Spin Echo DOble Resonance

Hahn and coworkers proposed the SEDOR sequence, which is a static experiment. It allows us to check the connectivities between adjacent nuclei and to determine their interatomic distances. Here, the heteronuclear dipole coupling does not dependent on time.

The SEDOR experiment is performed with the Hahn echo sequence on ²⁷Al and the dephasing pulse on ³¹P. Both 180° pulses are applied at the same time. The delay tau designates the defocusing and refocusing time. The selective 90° and 180° pulses on ²⁷Al excite only the central transition. In other words, ²⁷Al can be treated as a pseudo spin-1/2 nucleus.

Sequences of Schemes (1) and (2) are performed for each tau.

The following version of SEDOR, called fixed time SEDOR, is preferred.

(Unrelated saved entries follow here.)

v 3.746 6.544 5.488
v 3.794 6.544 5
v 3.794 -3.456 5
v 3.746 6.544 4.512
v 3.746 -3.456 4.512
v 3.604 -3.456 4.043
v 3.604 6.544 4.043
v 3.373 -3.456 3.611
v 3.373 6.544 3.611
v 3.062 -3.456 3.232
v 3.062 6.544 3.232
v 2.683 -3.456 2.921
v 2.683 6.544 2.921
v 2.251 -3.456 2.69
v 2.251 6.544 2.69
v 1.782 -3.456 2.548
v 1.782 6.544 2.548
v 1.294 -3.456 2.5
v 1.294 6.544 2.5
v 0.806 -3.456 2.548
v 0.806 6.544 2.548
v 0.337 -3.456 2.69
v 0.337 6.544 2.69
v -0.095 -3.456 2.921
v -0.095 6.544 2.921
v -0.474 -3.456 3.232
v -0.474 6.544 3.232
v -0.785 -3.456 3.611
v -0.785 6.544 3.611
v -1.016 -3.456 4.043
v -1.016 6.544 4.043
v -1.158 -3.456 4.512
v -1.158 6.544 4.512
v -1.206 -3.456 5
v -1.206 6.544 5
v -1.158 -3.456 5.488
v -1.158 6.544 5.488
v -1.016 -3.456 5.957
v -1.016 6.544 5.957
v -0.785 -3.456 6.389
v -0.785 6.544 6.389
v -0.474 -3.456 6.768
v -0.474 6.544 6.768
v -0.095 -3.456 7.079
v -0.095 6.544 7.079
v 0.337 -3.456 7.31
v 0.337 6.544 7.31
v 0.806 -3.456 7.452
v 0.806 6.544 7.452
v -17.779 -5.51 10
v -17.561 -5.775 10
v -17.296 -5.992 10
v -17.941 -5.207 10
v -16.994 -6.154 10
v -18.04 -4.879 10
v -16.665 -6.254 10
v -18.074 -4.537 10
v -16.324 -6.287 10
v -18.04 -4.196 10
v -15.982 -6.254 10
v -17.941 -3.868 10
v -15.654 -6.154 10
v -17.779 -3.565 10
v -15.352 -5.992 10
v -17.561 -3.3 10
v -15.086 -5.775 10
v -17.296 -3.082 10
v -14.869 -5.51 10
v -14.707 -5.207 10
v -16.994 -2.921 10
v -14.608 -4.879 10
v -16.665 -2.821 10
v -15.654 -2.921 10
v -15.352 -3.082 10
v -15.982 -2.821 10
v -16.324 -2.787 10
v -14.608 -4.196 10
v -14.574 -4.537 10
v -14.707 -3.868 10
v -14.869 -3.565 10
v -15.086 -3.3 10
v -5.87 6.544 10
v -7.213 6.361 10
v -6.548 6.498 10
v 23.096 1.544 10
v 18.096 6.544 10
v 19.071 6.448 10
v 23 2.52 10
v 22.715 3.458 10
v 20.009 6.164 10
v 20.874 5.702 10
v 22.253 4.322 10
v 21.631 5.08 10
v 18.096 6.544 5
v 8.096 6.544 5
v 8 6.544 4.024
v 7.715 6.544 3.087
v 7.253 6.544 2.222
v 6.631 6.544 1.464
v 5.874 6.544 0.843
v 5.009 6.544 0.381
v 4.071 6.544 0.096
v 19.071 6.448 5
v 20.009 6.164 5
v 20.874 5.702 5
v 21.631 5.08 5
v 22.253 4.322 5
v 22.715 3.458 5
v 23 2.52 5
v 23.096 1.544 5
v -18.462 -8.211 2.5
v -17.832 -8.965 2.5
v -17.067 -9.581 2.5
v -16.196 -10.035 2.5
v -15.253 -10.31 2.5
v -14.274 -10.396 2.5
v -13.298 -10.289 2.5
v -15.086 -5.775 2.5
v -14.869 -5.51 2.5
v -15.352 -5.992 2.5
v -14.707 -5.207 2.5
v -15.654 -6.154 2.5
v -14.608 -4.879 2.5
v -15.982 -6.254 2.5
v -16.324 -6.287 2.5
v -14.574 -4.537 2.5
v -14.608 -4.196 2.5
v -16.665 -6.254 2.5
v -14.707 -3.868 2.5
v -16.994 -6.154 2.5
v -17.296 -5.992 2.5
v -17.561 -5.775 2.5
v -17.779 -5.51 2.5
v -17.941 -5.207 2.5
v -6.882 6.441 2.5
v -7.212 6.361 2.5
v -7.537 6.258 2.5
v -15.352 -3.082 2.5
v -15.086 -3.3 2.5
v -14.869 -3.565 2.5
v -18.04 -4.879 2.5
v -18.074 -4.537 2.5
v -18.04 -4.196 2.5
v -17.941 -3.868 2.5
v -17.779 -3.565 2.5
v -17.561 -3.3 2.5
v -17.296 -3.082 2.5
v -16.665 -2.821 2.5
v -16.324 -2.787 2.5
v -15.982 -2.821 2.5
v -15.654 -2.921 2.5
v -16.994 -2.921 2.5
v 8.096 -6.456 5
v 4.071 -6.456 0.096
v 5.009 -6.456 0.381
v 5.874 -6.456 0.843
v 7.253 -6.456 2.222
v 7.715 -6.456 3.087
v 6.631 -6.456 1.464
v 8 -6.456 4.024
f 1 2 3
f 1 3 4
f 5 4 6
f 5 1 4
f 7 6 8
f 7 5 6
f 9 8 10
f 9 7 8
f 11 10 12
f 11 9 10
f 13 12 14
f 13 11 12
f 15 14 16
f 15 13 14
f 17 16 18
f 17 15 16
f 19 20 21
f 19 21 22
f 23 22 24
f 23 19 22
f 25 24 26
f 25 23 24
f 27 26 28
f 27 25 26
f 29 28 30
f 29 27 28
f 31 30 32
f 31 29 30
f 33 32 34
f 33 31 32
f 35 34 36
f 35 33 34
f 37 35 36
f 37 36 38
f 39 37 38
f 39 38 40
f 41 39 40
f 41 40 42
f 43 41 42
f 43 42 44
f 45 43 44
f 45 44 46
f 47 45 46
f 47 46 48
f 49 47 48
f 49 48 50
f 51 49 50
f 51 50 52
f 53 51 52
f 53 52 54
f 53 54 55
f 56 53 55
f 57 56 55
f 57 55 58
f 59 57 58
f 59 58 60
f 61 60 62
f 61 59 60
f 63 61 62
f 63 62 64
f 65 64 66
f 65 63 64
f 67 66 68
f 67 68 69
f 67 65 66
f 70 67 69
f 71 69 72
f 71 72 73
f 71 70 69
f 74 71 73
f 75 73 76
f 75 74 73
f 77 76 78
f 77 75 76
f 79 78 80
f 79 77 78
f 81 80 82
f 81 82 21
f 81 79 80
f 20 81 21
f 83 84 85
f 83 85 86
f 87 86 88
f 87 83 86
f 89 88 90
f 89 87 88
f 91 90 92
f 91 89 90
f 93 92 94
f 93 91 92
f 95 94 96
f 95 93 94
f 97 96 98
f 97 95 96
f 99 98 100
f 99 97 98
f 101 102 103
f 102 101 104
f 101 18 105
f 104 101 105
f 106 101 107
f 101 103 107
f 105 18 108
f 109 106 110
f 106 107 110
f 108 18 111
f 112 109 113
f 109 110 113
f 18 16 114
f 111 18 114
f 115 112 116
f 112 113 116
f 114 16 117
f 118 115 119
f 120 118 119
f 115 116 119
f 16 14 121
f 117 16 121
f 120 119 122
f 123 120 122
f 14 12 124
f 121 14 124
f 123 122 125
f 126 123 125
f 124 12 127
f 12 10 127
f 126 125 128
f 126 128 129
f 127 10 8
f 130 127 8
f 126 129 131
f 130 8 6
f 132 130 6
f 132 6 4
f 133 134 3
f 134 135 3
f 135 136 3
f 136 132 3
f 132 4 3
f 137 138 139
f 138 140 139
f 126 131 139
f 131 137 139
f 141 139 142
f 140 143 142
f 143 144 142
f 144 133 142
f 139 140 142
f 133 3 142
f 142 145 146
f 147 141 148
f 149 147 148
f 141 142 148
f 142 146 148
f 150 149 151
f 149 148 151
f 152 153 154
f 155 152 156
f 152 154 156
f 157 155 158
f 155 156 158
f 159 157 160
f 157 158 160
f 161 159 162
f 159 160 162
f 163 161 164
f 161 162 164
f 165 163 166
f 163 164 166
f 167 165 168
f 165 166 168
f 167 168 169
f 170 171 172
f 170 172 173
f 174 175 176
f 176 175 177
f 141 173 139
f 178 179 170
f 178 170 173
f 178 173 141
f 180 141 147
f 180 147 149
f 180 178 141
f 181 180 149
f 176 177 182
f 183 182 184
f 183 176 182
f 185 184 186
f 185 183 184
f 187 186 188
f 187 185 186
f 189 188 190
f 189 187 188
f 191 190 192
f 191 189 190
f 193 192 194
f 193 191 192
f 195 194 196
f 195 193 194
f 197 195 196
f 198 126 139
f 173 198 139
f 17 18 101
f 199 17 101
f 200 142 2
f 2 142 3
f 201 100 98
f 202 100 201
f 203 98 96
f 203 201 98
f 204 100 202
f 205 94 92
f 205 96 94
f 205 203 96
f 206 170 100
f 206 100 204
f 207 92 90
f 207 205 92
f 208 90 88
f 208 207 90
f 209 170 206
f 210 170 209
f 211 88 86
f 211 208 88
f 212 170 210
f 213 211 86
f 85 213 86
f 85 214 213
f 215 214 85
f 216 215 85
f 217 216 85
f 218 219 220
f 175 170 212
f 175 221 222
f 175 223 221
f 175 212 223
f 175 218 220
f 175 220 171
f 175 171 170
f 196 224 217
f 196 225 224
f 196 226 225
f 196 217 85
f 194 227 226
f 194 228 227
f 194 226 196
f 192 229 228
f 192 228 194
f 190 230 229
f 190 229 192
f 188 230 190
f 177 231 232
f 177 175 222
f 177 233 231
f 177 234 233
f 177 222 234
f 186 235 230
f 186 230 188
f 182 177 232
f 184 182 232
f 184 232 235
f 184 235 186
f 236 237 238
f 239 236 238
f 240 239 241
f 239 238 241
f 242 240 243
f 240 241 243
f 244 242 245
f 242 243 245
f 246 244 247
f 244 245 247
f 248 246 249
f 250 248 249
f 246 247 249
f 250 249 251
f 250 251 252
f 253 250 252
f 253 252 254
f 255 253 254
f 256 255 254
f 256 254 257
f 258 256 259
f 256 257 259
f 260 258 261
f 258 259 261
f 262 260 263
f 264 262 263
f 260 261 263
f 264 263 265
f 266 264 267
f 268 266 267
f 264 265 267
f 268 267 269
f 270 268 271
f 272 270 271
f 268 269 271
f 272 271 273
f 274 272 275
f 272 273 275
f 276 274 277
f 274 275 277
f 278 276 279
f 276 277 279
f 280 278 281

The duration t₁, between the selective 90° pulse of ²⁷Al and the 180° pulse of ³¹P, is increased form zero to tau during the experiment. The delay tau is held fixed. Therefore, sequence of Scheme (1) is performed only once, reducing the total experiment duration.

Due to a fixed time tau, only the effect of the coupled nucleus, ³¹P, is observed and not the time evolution of spin-spin relaxation of the observed nucleus, ²⁷Al.

Usually, the SEDOR fraction f(t₁), defined by
f(t₁) = [signal from Scheme (1) - signal from Scheme (2)]/signal from Scheme (1),
f(t₁) = [S_echo - S(t₁)]/S_echo,
is plotted versus t₁. The interatomic distance is extracted by fitting these data with a theoretical curve.